# Swapping ins mid term



## s2kpaul (Jul 27, 2006)

I just took out a new year policy with *** in June and today i recieved a email from liverpool victory for £449 which saves me a whooping £200 a year. So my question is how easy is it to swap mid term when paying DD per month ?


----------



## Ninja59 (Feb 17, 2009)

probably end up costing you more why not consider LV after finishing your current insurance....


----------



## s2kpaul (Jul 27, 2006)

prob will , its just a shame they sent a new quote to get me to swap.


----------



## Johnboy82 (Nov 12, 2010)

If your on monthly DD's then it should be fairly easy to swap over. Speak to you insurer as there may be a cancellation fee (usually£40-£60ish). They should only charge you time on cover and the cancellation fee. As you're paying by DD's it would be a nominal fee plus the cancellation. If the cancellation fee is excessive then just cancel the DD's with your insurer at the bank, your policy will lapse for non-payment, and start the new LV policy as & when your ready.

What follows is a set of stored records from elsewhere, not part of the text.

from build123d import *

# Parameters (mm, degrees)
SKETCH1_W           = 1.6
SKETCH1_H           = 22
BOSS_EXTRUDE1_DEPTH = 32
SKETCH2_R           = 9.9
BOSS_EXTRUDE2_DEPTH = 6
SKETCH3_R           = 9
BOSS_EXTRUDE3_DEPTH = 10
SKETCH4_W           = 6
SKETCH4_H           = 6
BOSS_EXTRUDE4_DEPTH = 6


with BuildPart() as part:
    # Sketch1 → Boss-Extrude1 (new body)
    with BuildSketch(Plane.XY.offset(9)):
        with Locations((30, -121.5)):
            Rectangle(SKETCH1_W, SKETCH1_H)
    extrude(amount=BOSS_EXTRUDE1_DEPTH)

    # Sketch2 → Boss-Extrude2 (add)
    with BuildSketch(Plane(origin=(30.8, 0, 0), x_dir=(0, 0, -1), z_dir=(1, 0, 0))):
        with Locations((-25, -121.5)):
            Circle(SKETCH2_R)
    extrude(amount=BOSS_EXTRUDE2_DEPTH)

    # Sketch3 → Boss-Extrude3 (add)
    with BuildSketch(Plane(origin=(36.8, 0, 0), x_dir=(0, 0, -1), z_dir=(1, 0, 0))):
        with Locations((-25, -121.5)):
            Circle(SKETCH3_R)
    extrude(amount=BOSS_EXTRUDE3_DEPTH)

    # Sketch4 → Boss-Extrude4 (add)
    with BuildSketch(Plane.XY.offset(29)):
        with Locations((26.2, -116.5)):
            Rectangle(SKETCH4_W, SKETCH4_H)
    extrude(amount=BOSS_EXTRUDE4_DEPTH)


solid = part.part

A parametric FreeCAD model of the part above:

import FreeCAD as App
import Part
import Sketcher
from FreeCAD import Vector
Q = App.Units.Quantity


def add_polygon(sketch, points):
    """Adds a closed chain of lines whose ends are joined by coincident constraints."""
    first, n = sketch.GeometryCount, len(points)
    for a, b in zip(points, points[1:] + points[:1]):
        sketch.addGeometry(Part.LineSegment(App.Vector(*a, 0), App.Vector(*b, 0)), False)
    for i in range(n):
        sketch.addConstraint(Sketcher.Constraint("Coincident", first + i, 2, first + (i + 1) % n, 1))

doc = App.newDocument("Part")
body = doc.addObject("PartDesign::Body", "Body")

sketch1 = doc.addObject("Sketcher::SketchObject", "Sketch")
body.addObject(sketch1)
sketch1.AttachmentSupport = (doc.XY_Plane, [""])
sketch1.MapMode = "FlatFace"
sketch1.AttachmentOffset = App.Placement(Vector(0, 0, 9), App.Rotation())
add_polygon(sketch1, [(29.2, -110.5), (29.2, -132.5), (30.8, -132.5), (30.8, -110.5)])
sketch1.addConstraint(Sketcher.Constraint("Vertical", 0))
sketch1.addConstraint(Sketcher.Constraint("Horizontal", 1))
sketch1.addConstraint(Sketcher.Constraint("Vertical", 2))
sketch1.addConstraint(Sketcher.Constraint("Horizontal", 3))
sketch1.addConstraint(Sketcher.Constraint("DistanceY", 0, 2, 0, 1, Q("22 mm")))
sketch1.addConstraint(Sketcher.Constraint("DistanceX", 1, 1, 1, 2, Q("1.6 mm")))
sketch1.addConstraint(Sketcher.Constraint("DistanceX", -1, 1, 0, 2, Q("29.2 mm")))
sketch1.addConstraint(Sketcher.Constraint("DistanceY", 0, 2, -1, 1, Q("132.5 mm")))
pad1 = doc.addObject("PartDesign::Pad", "Pad")
body.addObject(pad1)
pad1.Profile = sketch1
pad1.Length = 32

sketch2 = doc.addObject("Sketcher::SketchObject", "Sketch001")
body.addObject(sketch2)
sketch2.AttachmentSupport = (doc.YZ_Plane, [""])
sketch2.MapMode = "FlatFace"
sketch2.AttachmentOffset = App.Placement(Vector(0, 0, 30.8), App.Rotation())
sketch2.addGeometry(Part.Circle(Vector(-122, 25, 0), Vector(0, 0, 1), 10), False)
sketch2.addConstraint(Sketcher.Constraint("Diameter", 0, Q("19.8 mm")))
sketch2.addConstraint(Sketcher.Constraint("DistanceY", -1, 1, 0, 3, Q("25 mm")))
sketch2.addConstraint(Sketcher.Constraint("DistanceX", 0, 3, -1, 1, Q("121.5 mm")))
pad2 = doc.addObject("PartDesign::Pad", "Pad001")
body.addObject(pad2)
pad2.Profile = sketch2
pad2.Length = 6

sketch3 = doc.addObject("Sketcher::SketchObject", "Sketch002")
body.addObject(sketch3)
sketch3.AttachmentSupport = (doc.YZ_Plane, [""])
sketch3.MapMode = "FlatFace"
sketch3.AttachmentOffset = App.Placement(Vector(0, 0, 36.8), App.Rotation())
sketch3.addGeometry(Part.Circle(Vector(-122, 25, 0), Vector(0, 0, 1), 9), False)
sketch3.addConstraint(Sketcher.Constraint("Diameter", 0, Q("18 mm")))
sketch3.addConstraint(Sketcher.Constraint("DistanceY", -1, 1, 0, 3, Q("25 mm")))
sketch3.addConstraint(Sketcher.Constraint("DistanceX", 0, 3, -1, 1, Q("121.5 mm")))
pad3 = doc.addObject("PartDesign::Pad", "Pad002")
body.addObject(pad3)
pad3.Profile = sketch3
pad3.Length = 10

sketch4 = doc.addObject("Sketcher::SketchObject", "Sketch003")
body.addObject(sketch4)
sketch4.AttachmentSupport = (doc.XY_Plane, [""])
sketch4.MapMode = "FlatFace"
sketch4.AttachmentOffset = App.Placement(Vector(0, 0, 29), App.Rotation())
add_polygon(sketch4, [(23, -114), (23, -120), (29, -120), (29, -114)])
sketch4.addConstraint(Sketcher.Constraint("Vertical", 0))
sketch4.addConstraint(Sketcher.Constraint("Horizontal", 1))
sketch4.addConstraint(Sketcher.Constraint("Vertical", 2))
sketch4.addConstraint(Sketcher.Constraint("Horizontal", 3))
sketch4.addConstraint(Sketcher.Constraint("Equal", 3, 0))
sketch4.addConstraint(Sketcher.Constraint("DistanceX", 1, 1, 1, 2, Q("6 mm")))
sketch4.addConstraint(Sketcher.Constraint("DistanceX", -1, 1, 0, 2, Q("23.2 mm")))
sketch4.addConstraint(Sketcher.Constraint("DistanceY", 0, 2, -1, 1, Q("119.5 mm")))
pad4 = doc.addObject("PartDesign::Pad", "Pad003")
body.addObject(pad4)
pad4.Profile = sketch4
pad4.Length = 6

doc.recompute()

Remember to return your certificate to your own insurer as well.


----------



## dave.murphy89 (Apr 23, 2008)

If you took it out within 30 days you can cancel and only lose a small portion, if it is more than 30 days you lose a lot more by swapping and I am not sure if it would be worth it.


----------



## Johnboy82 (Nov 12, 2010)

You only lose what you've paid for so far if you're on DDs. Although if you're 9months in then don't change as your close to another years NCD but if your talking 1-3months then go for it.


----------



## s2kpaul (Jul 27, 2006)

im 2 months in, think ill give them a bell and see what they say .


----------